## [Requirement]
Would you output the entries below only from the line containing "#182=ORIENTED_EDGE('',*,*,#112,.T.);" through the line containing "#207=ORIENTED_EDGE('',*,*,#125,.F.);", exactly as they stand and with both ends included?

## [Data provided]
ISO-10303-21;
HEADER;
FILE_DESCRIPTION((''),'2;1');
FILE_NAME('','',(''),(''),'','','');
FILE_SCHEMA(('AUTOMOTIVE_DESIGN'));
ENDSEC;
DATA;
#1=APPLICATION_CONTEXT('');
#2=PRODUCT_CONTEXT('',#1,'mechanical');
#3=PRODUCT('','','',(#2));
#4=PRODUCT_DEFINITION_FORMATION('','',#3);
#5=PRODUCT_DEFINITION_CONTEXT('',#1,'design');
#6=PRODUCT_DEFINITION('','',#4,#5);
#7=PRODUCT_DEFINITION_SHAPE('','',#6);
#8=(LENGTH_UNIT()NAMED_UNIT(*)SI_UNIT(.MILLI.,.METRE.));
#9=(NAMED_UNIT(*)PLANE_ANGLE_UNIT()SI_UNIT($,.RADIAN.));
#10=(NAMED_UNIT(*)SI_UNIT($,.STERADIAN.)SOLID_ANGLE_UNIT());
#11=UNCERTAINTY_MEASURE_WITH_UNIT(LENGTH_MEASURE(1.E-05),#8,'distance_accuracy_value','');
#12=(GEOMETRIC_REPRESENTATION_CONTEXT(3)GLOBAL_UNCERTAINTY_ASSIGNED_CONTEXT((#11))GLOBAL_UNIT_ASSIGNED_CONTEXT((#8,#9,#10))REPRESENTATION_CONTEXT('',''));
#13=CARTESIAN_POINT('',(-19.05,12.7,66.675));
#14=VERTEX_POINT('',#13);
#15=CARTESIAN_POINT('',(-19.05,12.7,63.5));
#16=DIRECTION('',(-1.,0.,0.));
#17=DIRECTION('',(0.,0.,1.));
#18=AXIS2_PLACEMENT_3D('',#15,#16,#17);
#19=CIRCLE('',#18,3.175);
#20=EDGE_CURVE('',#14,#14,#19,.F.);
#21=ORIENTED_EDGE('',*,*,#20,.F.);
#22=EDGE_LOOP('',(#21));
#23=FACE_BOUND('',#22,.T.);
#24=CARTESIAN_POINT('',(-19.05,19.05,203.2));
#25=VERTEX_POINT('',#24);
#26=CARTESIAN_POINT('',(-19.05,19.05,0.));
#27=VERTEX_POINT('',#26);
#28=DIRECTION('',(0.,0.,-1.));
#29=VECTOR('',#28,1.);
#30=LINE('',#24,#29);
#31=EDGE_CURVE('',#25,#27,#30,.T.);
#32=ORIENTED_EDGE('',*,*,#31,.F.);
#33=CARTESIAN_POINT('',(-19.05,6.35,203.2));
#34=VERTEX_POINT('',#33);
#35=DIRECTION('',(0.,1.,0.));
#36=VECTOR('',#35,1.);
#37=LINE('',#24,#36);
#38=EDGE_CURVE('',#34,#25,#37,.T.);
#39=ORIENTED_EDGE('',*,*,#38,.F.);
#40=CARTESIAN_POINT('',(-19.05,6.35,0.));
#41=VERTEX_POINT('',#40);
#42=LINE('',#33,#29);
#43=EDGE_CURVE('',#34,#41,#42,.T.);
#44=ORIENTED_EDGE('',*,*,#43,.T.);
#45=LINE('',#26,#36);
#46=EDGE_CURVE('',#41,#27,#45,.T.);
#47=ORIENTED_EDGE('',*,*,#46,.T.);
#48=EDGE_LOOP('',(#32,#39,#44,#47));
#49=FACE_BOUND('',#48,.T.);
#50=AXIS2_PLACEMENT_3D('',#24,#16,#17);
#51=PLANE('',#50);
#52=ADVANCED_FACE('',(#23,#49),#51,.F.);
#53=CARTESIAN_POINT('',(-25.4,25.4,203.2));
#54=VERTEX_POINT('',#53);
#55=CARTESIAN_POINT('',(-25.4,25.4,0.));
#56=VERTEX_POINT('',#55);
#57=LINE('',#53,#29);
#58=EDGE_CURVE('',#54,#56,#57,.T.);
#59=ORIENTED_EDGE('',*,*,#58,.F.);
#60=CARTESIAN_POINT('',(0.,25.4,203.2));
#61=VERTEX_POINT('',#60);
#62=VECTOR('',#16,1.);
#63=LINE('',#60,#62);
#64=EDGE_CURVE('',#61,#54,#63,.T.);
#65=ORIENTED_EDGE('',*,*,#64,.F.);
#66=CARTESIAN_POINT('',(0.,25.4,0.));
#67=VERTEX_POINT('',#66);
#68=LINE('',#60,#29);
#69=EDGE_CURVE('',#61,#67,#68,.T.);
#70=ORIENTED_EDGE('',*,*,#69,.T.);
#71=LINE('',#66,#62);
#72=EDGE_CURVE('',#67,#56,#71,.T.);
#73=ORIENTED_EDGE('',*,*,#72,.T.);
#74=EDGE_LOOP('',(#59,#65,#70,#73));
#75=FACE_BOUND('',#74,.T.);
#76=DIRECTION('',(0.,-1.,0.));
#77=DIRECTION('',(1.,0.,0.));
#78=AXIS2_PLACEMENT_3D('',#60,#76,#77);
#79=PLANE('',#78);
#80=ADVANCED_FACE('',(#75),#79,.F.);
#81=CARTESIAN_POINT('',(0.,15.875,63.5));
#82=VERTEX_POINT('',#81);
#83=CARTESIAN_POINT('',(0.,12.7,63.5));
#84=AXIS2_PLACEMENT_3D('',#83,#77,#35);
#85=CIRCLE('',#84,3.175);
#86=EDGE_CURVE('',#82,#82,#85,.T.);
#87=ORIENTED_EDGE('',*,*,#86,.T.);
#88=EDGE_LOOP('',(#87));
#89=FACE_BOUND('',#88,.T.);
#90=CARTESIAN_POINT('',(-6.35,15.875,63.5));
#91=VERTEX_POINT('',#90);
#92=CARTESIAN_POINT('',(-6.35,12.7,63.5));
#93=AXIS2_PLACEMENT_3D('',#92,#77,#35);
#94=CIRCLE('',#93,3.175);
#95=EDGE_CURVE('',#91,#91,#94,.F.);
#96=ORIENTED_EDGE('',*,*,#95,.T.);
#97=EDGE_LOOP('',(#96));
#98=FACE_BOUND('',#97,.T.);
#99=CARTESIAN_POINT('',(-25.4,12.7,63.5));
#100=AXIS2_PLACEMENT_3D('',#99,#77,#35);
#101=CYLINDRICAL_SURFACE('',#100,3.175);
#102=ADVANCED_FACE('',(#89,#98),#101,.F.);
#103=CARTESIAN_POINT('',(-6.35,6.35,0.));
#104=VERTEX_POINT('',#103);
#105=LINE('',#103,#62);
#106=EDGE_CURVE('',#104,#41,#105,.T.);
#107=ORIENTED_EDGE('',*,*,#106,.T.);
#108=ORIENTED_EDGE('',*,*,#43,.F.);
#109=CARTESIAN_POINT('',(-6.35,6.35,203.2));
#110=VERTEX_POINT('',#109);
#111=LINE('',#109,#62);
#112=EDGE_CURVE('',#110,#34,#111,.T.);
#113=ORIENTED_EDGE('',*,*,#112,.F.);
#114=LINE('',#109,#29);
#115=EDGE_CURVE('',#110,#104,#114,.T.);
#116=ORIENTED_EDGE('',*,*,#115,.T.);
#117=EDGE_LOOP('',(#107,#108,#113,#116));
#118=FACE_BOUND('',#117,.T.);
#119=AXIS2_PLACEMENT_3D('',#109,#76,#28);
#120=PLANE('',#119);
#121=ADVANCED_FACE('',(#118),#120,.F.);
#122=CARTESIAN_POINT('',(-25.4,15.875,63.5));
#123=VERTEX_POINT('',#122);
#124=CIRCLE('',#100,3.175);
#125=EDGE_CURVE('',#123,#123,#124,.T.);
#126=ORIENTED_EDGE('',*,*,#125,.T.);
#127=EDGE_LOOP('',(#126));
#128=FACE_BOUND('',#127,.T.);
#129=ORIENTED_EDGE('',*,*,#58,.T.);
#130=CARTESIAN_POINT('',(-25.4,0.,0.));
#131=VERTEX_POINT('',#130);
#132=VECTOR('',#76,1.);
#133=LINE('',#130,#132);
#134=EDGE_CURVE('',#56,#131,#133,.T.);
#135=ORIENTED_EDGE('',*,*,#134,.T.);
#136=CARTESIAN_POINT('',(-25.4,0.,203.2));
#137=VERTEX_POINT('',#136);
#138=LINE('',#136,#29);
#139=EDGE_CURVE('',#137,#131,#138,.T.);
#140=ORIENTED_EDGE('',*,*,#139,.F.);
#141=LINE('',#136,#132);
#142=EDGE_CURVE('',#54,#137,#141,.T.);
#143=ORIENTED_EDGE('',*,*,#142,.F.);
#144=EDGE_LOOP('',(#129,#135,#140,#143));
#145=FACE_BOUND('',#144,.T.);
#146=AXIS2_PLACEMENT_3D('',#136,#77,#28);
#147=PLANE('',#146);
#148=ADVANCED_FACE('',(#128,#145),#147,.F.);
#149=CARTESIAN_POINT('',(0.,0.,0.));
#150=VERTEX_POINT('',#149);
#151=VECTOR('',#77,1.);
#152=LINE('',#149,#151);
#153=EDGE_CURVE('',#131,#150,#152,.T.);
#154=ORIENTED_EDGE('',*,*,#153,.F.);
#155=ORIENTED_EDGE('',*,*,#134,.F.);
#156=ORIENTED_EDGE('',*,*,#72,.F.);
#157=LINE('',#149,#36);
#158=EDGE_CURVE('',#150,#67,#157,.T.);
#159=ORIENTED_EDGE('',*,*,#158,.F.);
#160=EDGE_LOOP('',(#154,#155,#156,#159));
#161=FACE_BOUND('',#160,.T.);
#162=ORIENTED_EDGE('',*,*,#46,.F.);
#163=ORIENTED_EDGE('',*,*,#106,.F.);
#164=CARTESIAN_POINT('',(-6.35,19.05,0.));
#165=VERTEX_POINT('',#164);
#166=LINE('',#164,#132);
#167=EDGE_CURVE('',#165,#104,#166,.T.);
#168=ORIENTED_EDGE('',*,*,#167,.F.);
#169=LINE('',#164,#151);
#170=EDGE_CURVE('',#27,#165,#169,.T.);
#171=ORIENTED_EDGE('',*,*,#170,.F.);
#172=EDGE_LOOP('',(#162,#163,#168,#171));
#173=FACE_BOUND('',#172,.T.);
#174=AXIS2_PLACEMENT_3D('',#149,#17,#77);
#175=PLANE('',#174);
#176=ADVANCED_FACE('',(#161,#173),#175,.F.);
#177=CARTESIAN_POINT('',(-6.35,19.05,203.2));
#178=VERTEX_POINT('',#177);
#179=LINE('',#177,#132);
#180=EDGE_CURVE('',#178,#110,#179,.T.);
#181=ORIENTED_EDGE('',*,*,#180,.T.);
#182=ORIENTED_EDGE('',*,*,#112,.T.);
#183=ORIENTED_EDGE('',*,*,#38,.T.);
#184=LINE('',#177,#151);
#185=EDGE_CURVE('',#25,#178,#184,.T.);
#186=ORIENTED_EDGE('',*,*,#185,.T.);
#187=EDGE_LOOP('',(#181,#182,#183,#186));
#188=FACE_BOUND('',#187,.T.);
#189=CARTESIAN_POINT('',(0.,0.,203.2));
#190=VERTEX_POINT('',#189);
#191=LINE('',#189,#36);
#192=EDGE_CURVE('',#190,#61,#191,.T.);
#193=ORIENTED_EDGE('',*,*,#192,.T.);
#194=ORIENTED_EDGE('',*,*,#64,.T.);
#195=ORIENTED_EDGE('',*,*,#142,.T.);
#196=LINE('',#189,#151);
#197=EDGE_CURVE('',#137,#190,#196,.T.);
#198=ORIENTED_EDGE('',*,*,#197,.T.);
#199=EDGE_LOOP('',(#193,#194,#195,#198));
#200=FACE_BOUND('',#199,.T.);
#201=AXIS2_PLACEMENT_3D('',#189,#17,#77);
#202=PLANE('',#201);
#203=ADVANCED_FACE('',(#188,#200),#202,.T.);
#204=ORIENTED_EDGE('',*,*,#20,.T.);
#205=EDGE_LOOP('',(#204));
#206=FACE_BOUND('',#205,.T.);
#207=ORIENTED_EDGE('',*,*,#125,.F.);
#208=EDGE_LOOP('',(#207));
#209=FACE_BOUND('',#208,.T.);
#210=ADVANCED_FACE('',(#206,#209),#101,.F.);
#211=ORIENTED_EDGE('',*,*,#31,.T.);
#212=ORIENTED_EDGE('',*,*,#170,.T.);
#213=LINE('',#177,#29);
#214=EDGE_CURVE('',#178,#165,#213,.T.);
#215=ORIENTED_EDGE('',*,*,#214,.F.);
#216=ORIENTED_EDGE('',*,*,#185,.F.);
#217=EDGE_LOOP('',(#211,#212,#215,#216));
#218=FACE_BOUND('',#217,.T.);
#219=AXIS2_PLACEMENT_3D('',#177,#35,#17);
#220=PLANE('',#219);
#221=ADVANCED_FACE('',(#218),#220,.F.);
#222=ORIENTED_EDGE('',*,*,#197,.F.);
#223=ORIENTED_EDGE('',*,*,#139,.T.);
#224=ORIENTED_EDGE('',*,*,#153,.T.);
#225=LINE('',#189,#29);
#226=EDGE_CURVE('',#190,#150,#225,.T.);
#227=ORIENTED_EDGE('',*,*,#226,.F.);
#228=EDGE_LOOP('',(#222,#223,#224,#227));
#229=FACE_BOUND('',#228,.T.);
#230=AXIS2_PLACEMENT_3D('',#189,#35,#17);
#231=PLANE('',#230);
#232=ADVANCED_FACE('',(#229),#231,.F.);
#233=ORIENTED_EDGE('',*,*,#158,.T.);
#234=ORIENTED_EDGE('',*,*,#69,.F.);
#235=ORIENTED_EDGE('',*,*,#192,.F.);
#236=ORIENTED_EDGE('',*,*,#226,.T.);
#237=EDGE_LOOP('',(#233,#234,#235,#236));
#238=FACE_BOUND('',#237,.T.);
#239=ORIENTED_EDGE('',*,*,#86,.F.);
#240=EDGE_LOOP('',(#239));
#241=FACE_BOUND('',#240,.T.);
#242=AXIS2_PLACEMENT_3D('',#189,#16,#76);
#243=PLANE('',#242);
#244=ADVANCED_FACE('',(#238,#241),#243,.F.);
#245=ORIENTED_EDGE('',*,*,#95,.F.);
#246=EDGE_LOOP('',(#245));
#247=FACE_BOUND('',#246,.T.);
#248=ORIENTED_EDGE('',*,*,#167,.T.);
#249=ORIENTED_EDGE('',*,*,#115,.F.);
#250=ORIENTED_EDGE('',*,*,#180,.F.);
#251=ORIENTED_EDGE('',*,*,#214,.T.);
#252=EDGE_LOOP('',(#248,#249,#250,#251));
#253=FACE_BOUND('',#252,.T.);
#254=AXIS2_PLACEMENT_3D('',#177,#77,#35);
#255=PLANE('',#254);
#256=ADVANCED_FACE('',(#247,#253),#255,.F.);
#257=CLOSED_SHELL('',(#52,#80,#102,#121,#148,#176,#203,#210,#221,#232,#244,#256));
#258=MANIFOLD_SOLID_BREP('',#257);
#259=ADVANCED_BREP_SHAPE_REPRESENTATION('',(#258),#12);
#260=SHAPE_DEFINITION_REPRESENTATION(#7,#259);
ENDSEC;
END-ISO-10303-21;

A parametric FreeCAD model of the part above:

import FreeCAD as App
import Part
import Sketcher
from FreeCAD import Vector
Q = App.Units.Quantity


def add_polygon(sketch, points):
    """Adds a closed chain of lines whose ends are joined by coincident constraints."""
    first, n = sketch.GeometryCount, len(points)
    for a, b in zip(points, points[1:] + points[:1]):
        sketch.addGeometry(Part.LineSegment(App.Vector(*a, 0), App.Vector(*b, 0)), False)
    for i in range(n):
        sketch.addConstraint(Sketcher.Constraint("Coincident", first + i, 2, first + (i + 1) % n, 1))

doc = App.newDocument("Part")
params = doc.addObject("Spreadsheet::Sheet", "Params")
for row, (alias, value) in enumerate([
    ("sketch1_width", "1 in"),
    ("pad1_length", "8 in"),
    ("sketch2_diameter", "0.25 in"),
    ("sketch3_width", "0.5 in"),
], start=1):
    params.set(f"A{row}", alias)
    params.set(f"B{row}", "=" + value)
    params.setAlias(f"B{row}", alias)

body = doc.addObject("PartDesign::Body", "Body")

# Sketch on XY plane
sketch1 = body.newObject("Sketcher::SketchObject", "Sketch")
sketch1.AttachmentSupport = (doc.getObject("XY_Plane"), [""])
sketch1.MapMode = "FlatFace"
add_polygon(sketch1, [(-25, 25), (-25, 0), (0, 0), (0, 25)])  # lines 0-3
sketch1.addConstraint(Sketcher.Constraint("Vertical", 0))
sketch1.addConstraint(Sketcher.Constraint("Horizontal", 1))
sketch1.addConstraint(Sketcher.Constraint("Vertical", 2))
sketch1.addConstraint(Sketcher.Constraint("Horizontal", 3))
sketch1.addConstraint(Sketcher.Constraint("Coincident", 1, 2, -1, 1))
sketch1.addConstraint(Sketcher.Constraint("Equal", 3, 0))
sketch1.addConstraint(Sketcher.Constraint("DistanceX", 1, 1, 1, 2, Q("1 in")))
sketch1.setExpression("Constraints[10]", "Params.sketch1_width")
pad1 = body.newObject("PartDesign::Pad", "Pad")
pad1.Profile = sketch1
pad1.setExpression("Length", "Params.pad1_length")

## [Task solution]
#182=ORIENTED_EDGE('',*,*,#112,.T.);
#183=ORIENTED_EDGE('',*,*,#38,.T.);
#184=LINE('',#177,#151);
#185=EDGE_CURVE('',#25,#178,#184,.T.);
#186=ORIENTED_EDGE('',*,*,#185,.T.);
#187=EDGE_LOOP('',(#181,#182,#183,#186));
#188=FACE_BOUND('',#187,.T.);
#189=CARTESIAN_POINT('',(0.,0.,203.2));
#190=VERTEX_POINT('',#189);
#191=LINE('',#189,#36);
#192=EDGE_CURVE('',#190,#61,#191,.T.);
#193=ORIENTED_EDGE('',*,*,#192,.T.);
#194=ORIENTED_EDGE('',*,*,#64,.T.);
#195=ORIENTED_EDGE('',*,*,#142,.T.);
#196=LINE('',#189,#151);
#197=EDGE_CURVE('',#137,#190,#196,.T.);
#198=ORIENTED_EDGE('',*,*,#197,.T.);
#199=EDGE_LOOP('',(#193,#194,#195,#198));
#200=FACE_BOUND('',#199,.T.);
#201=AXIS2_PLACEMENT_3D('',#189,#17,#77);
#202=PLANE('',#201);
#203=ADVANCED_FACE('',(#188,#200),#202,.T.);
#204=ORIENTED_EDGE('',*,*,#20,.T.);
#205=EDGE_LOOP('',(#204));
#206=FACE_BOUND('',#205,.T.);
#207=ORIENTED_EDGE('',*,*,#125,.F.);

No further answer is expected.